With Kleinberg’s three new grants, she now has a total in $5.4 million for her research initiatives, which focus on useable artificial intelligence: information individual patients are able to use according to their lifestyle, beliefs and assumptions
Credit: Stevens Institute of Technology
Samantha Kleinberg, a computer scientist at Stevens Institute of Technology and pioneer in wearable technologies, has secured roughly $2.3 million in three new grants by the National Science Foundation and the National Institutes of Health to develop artificial intelligence that provides personalized information to patients so they can take an active part in managing their health.
“It’s usable AI,” said Kleinberg. “The amount of available data in health and medicine is overwhelming and not all of it is relevant or important for each individual. We combine computational work and the human elements of decision-making to give patients the information they need to actively decide, with their clinician, what their treatment plan should be.”
The new grants, which bring Kleinberg’s total research funding to $5.4 million, underscore a growing market where artificial intelligence and big data are providing added value to healthcare with a focus on diagnosis, treatment, patient monitoring and prevention.
A brief summary of each grant is below:
Uniting Causal and Mental Models for Shared Decision-Making in Diabetes; $917,879: National Science Foundation
Kleinberg will develop computational tools to personalize information patients with diabetes see in order to better decide on a treatment plan.
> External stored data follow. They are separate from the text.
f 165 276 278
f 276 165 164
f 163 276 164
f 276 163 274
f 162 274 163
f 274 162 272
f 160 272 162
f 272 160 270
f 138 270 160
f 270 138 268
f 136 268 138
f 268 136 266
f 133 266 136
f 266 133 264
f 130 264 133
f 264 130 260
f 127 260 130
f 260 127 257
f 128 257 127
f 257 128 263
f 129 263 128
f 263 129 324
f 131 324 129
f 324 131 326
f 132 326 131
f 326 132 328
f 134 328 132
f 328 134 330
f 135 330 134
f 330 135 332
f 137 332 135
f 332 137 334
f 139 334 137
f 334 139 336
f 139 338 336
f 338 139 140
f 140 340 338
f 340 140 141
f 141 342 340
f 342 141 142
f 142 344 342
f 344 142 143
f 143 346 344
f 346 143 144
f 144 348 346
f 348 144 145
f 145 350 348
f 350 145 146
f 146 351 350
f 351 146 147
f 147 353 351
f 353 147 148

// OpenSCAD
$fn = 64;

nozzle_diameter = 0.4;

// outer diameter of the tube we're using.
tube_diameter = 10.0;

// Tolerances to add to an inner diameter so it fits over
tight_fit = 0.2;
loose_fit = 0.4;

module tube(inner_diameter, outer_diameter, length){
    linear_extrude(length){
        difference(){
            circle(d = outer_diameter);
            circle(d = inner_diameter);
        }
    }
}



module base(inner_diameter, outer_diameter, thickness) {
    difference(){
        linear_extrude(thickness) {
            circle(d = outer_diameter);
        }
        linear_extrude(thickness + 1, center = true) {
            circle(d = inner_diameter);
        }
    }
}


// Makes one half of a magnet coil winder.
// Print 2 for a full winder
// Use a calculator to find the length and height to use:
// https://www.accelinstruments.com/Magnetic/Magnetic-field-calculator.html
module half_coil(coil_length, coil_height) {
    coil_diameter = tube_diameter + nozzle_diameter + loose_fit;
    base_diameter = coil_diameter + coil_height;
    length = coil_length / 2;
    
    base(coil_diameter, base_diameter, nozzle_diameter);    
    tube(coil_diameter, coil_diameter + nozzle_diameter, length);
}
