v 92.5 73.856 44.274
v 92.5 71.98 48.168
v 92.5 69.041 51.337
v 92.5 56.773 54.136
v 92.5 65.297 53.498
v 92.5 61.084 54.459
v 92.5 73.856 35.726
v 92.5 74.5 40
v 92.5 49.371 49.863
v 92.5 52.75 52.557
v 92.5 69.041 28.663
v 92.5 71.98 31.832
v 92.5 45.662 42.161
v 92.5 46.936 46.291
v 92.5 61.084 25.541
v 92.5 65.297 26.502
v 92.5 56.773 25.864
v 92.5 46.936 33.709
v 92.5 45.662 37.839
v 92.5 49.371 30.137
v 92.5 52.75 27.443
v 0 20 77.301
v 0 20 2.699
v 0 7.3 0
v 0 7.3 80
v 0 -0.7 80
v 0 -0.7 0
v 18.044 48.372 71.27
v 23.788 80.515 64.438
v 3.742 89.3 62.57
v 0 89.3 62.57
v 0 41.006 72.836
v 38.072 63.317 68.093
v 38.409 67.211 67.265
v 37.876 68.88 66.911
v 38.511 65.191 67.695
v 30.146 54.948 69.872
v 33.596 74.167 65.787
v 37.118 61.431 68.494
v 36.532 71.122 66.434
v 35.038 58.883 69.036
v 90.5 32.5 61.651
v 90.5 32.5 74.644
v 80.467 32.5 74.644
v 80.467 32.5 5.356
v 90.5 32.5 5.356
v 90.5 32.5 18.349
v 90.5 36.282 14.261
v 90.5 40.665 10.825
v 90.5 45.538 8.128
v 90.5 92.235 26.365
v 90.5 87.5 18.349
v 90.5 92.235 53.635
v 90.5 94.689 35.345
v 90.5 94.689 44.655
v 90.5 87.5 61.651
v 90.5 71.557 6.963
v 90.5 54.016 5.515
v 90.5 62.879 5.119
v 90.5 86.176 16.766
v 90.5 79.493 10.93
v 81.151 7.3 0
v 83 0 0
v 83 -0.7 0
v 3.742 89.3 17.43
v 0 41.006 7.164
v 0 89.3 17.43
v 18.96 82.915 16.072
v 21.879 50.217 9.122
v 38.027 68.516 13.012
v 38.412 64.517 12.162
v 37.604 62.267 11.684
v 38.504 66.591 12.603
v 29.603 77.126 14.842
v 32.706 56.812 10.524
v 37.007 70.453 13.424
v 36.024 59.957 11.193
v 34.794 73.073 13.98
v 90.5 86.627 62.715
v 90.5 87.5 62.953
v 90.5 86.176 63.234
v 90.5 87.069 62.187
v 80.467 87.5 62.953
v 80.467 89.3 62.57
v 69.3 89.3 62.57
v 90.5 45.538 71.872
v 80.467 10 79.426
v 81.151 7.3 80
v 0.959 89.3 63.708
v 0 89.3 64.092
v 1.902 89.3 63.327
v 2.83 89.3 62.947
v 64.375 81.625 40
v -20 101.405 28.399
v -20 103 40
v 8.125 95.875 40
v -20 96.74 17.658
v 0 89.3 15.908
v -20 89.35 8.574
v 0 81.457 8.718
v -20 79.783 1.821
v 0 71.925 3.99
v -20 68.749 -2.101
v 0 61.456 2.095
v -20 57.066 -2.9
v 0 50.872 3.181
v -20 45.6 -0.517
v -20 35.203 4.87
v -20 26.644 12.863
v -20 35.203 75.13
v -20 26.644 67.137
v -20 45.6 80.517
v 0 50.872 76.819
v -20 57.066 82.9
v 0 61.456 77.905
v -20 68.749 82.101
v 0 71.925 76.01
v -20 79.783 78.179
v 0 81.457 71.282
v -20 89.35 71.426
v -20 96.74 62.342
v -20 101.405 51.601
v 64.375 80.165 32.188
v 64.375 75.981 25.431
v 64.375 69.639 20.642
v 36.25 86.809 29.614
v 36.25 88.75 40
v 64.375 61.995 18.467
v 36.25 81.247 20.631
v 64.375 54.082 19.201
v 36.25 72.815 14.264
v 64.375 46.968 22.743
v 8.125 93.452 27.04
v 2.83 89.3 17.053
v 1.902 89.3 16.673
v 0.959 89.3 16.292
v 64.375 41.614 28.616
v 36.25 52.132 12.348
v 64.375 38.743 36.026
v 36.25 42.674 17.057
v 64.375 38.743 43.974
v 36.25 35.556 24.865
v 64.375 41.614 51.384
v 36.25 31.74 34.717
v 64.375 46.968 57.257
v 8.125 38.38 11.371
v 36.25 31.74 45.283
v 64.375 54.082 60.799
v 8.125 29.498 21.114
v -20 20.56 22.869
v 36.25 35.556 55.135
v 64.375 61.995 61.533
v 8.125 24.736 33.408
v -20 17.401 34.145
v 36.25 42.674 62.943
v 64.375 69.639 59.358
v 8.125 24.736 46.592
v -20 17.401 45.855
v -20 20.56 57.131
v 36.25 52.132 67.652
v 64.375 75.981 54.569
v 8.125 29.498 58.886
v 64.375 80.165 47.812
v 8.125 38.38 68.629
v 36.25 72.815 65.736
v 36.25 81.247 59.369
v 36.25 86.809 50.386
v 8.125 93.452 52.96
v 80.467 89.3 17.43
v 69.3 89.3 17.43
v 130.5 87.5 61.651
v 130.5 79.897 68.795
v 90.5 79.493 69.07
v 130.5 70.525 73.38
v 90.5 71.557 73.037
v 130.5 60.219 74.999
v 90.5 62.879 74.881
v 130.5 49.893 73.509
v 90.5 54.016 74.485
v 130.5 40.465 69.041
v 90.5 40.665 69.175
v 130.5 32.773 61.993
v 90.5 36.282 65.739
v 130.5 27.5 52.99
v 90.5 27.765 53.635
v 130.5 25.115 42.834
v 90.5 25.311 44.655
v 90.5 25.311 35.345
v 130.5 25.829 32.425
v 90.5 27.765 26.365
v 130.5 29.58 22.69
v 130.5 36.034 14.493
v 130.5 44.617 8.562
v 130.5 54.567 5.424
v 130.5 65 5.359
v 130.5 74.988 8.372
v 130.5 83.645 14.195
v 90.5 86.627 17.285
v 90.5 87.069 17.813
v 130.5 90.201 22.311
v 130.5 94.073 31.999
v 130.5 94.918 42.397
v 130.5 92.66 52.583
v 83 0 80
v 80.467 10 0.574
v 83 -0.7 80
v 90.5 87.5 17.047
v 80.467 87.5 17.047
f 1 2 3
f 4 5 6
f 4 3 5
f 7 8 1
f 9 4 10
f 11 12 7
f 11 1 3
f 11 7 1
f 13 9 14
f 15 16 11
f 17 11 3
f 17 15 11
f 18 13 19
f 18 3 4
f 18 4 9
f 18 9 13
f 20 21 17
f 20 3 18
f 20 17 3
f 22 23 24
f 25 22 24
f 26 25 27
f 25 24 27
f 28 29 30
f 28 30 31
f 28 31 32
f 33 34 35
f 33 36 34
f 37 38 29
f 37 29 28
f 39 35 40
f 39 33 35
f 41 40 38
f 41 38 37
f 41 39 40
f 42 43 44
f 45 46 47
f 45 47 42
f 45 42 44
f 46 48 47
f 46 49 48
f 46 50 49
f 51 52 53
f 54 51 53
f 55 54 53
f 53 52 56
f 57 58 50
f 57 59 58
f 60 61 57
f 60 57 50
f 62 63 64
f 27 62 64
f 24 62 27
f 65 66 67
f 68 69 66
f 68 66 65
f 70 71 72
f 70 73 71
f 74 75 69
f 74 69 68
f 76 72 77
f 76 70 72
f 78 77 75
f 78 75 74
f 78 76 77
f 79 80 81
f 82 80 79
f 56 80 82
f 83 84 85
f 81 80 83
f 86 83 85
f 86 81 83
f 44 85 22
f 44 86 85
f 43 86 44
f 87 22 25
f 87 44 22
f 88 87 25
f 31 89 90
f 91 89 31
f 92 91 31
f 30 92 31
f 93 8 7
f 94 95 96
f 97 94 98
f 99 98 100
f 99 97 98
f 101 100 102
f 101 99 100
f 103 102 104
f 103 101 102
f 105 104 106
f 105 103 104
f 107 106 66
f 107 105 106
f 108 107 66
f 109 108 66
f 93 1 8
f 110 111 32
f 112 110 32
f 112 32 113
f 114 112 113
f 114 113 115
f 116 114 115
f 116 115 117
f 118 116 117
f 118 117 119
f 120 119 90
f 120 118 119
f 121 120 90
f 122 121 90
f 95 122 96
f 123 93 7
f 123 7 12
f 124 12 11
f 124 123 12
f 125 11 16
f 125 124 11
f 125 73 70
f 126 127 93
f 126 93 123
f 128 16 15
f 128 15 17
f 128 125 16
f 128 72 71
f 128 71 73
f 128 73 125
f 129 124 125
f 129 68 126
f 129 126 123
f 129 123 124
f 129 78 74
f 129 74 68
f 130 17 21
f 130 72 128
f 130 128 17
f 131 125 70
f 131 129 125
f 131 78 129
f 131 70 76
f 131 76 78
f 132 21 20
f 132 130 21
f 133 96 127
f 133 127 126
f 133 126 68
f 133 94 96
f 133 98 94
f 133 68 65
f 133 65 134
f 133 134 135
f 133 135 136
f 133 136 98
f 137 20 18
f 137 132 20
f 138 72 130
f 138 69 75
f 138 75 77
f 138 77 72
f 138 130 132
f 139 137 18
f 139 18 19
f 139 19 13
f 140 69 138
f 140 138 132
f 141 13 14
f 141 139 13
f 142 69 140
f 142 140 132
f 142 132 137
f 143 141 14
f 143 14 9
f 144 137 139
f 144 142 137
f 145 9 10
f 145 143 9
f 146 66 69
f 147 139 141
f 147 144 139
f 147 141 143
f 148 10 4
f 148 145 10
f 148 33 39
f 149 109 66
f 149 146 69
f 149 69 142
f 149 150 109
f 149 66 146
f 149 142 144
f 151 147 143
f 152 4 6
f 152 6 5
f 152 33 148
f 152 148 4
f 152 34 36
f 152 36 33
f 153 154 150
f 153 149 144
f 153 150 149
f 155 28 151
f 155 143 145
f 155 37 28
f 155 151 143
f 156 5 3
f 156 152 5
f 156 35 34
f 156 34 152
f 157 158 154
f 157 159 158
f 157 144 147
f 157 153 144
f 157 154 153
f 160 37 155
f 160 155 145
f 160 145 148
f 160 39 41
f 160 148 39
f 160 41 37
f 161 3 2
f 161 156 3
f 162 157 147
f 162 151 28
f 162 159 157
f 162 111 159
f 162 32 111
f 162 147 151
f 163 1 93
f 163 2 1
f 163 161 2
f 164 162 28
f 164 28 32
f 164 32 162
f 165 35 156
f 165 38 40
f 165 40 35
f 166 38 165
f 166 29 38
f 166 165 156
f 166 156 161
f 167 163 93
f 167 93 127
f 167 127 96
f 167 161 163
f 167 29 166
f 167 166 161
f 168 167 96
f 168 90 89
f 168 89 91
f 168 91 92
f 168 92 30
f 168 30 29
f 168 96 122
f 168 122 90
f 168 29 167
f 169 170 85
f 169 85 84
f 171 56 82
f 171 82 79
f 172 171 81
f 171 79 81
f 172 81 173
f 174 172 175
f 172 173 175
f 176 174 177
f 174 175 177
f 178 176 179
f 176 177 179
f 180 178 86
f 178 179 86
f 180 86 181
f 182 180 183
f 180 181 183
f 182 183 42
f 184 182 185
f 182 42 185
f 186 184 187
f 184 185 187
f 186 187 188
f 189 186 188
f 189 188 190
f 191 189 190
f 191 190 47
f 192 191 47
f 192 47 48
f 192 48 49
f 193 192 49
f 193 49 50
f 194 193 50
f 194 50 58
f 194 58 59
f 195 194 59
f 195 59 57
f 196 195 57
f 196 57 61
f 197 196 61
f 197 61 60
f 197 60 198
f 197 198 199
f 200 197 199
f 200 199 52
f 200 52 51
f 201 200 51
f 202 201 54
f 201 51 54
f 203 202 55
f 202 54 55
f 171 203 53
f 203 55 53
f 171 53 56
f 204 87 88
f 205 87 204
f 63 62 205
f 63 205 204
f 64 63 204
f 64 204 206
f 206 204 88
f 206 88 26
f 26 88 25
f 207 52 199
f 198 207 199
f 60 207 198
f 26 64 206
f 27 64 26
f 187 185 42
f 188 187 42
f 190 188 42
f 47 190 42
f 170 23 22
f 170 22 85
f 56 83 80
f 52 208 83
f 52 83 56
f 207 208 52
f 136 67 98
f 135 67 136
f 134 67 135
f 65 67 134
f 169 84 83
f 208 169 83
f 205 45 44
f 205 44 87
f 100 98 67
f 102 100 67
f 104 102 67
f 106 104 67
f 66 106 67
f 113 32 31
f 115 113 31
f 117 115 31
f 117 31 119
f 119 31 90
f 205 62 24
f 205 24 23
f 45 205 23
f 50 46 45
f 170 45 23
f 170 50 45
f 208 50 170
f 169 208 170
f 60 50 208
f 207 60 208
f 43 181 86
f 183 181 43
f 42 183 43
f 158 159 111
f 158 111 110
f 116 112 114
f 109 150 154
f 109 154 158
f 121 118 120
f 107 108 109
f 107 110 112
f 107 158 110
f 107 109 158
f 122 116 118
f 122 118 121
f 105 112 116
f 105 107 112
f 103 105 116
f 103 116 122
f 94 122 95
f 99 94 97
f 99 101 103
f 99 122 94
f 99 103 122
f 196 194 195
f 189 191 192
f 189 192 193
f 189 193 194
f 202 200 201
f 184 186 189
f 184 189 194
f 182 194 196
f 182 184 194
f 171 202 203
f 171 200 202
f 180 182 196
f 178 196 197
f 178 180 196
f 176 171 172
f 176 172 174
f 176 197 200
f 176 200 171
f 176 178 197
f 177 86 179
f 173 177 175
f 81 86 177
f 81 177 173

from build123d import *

# Parameters (mm, degrees)
EXTRUDE_1_DEPTH     = 80
SKETCH_2_R          = 35
EXTRUDE_2_DEPTH     = 40
CUT_EXTRUDE_START   = -90.5
CUT_EXTRUDE_1_DEPTH = 90.5


with BuildPart() as part:
    # 草图1 → 凸台-拉伸1 (new body)
    with BuildSketch(Plane.XY):
        Polygon((0, 0), (0, 20), (69.3, 89.3), (80.466666667, 89.3), (80.466666667, 87.5), (90.5, 87.5), (90.5, 32.5), (80.466666667, 32.5), (80.466666667, 10), (83, 0), (83, -0.7), (0, -0.7), align=None)
    extrude(amount=EXTRUDE_1_DEPTH)

    # 草图2 → 凸台-拉伸2 (add)
    with BuildSketch(Plane(origin=(90.5, 0, 0), x_dir=(0, 0, -1), z_dir=(1, 0, 0))):
        with Locations(Location((-40, 60, 0), (0, 0, 128.213210702))):
            Circle(SKETCH_2_R)
    extrude(amount=EXTRUDE_2_DEPTH)


with BuildPart() as body_2:
    # 草图3 → 旋转1 (revolve)
    with BuildSketch(Plane.XY.offset(40)):
        Polygon((92.5, 60), (92.5, 74.5), (-20, 103), (-20, 60), align=None)
    revolve(axis=Axis((92.5, 60, 40), (-1, 0, 0)))


with BuildPart() as cut_extrude_1_tool:
    # 草图5 → 切除-拉伸1 (new body)
    with BuildSketch(Plane.ZY.offset(CUT_EXTRUDE_START)):
        Polygon((0, 7.3), (17.429638057, 89.3), (0, 89.3), align=None)
        Polygon((62.570361943, 89.3), (80, 7.3), (80, 89.3), align=None)
    extrude(amount=CUT_EXTRUDE_1_DEPTH)


with BuildPart() as part_1:
    add(part.part)

    # 切除-拉伸1: cut by cut_extrude_1_tool
    add(cut_extrude_1_tool.part, mode=Mode.SUBTRACT)


with BuildPart() as body_2_1:
    add(body_2.part)

    # 切除-拉伸1: cut by cut_extrude_1_tool
    add(cut_extrude_1_tool.part, mode=Mode.SUBTRACT)


solid = Compound([part_1.part, body_2_1.part])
This research is based on a longstanding model in healthcare known as shared decision-making approach, where a patient and clinician work together to understand the patient’s preferences and formulate a treatment plan. However, the efficacy of the model can be strained as each participant in the treatment plan–patient, doctor, other caregivers–holds different set of beliefs about disease and treatment, leading to different approaches that can derail results. Additionally, the amount of information given to patients can be too complex and include unnecessary details–which could lead to patients becoming overwhelmed or not understanding. Kleinberg, in collaboration with Jessecae Marsh, a cognitive scientist at Lehigh University, will also create training modules to educate clinicians about how patient beliefs influence trust and decision-making, as a way to facilitate optimal ways to share decision about treatment. Onur Asan, who heads the Humans-Systems Interaction Lab at Stevens, will serve as co-principal investigator.
Harnessing Patient Generated Data to Identify Causes and Effects of Nutrition during Pregnancy; $864,220: National Institutes of Health
During pregnancy, about 9 percent of women develop gestational diabetes. In collaboration with Andrea Deierlein, a nutritional and reproductive epidemiologist at New York University, Kleinberg will use patient-generated health data collected through wearing activity monitors, logging meals in real time using photos that parses out type of food and calories, or recording symptoms to capture what happens before illness develops. While type 2 diabetes typically develops over a long period of time, gestational diabetes occurs within a short, bracketed time period, making this the ideal population to study. Ultimately, the data aim to identify what factors cause this disease and will be used to identify targets for early interventions and to guide decisions during pregnancy.
Moving Beyond Knowledge to Action: Evaluating and Improving the Utility of Causal Inference; $499,454: National Science Foundation
In an effort to build artificial intelligence, researchers are developing algorithms that determine cause and effect and as such, have focused on developing methods to mine through data to find these causal structures. However, causes have been treated as the end goal, without addressing information that is most useful for patients i.e. what they can and/or are willing to act on to improve their health. Kleinberg wants to build artificial intelligence that’s useable for the benefit of patients.
For example, imagine monitoring a person with diabetes on their physical activity, food intake and stress levels. Perhaps all three variables coincide with high glucose or other adverse health outcomes. But which of these variable – activity, food intake, or stress – is actually causing the adverse health outcome? Current artificial intelligence is good at finding these correlations, but not as good as determining a causal structure. Moreover, artificial intelligence cannot determine which of these variables people are willing to – or able to – change in order to improve their heath. “Humans don’t just use data like a machine,” said Kleinberg. “They make decisions based on many things, including prior experiences and assumptions. So not all new information has the same impact on influencing a person’s decisions.”
The research will focus on understanding what makes the output of an algorithm useful to human decision-makers so that algorithms can be evaluated based on this ability, rather than the percent of causes they find or how fast algorithms accomplish a task. This will introduce new methods that make causal models more usable and personalized, leveraging these results to improve everyday decisions around treatment, diet and exercise.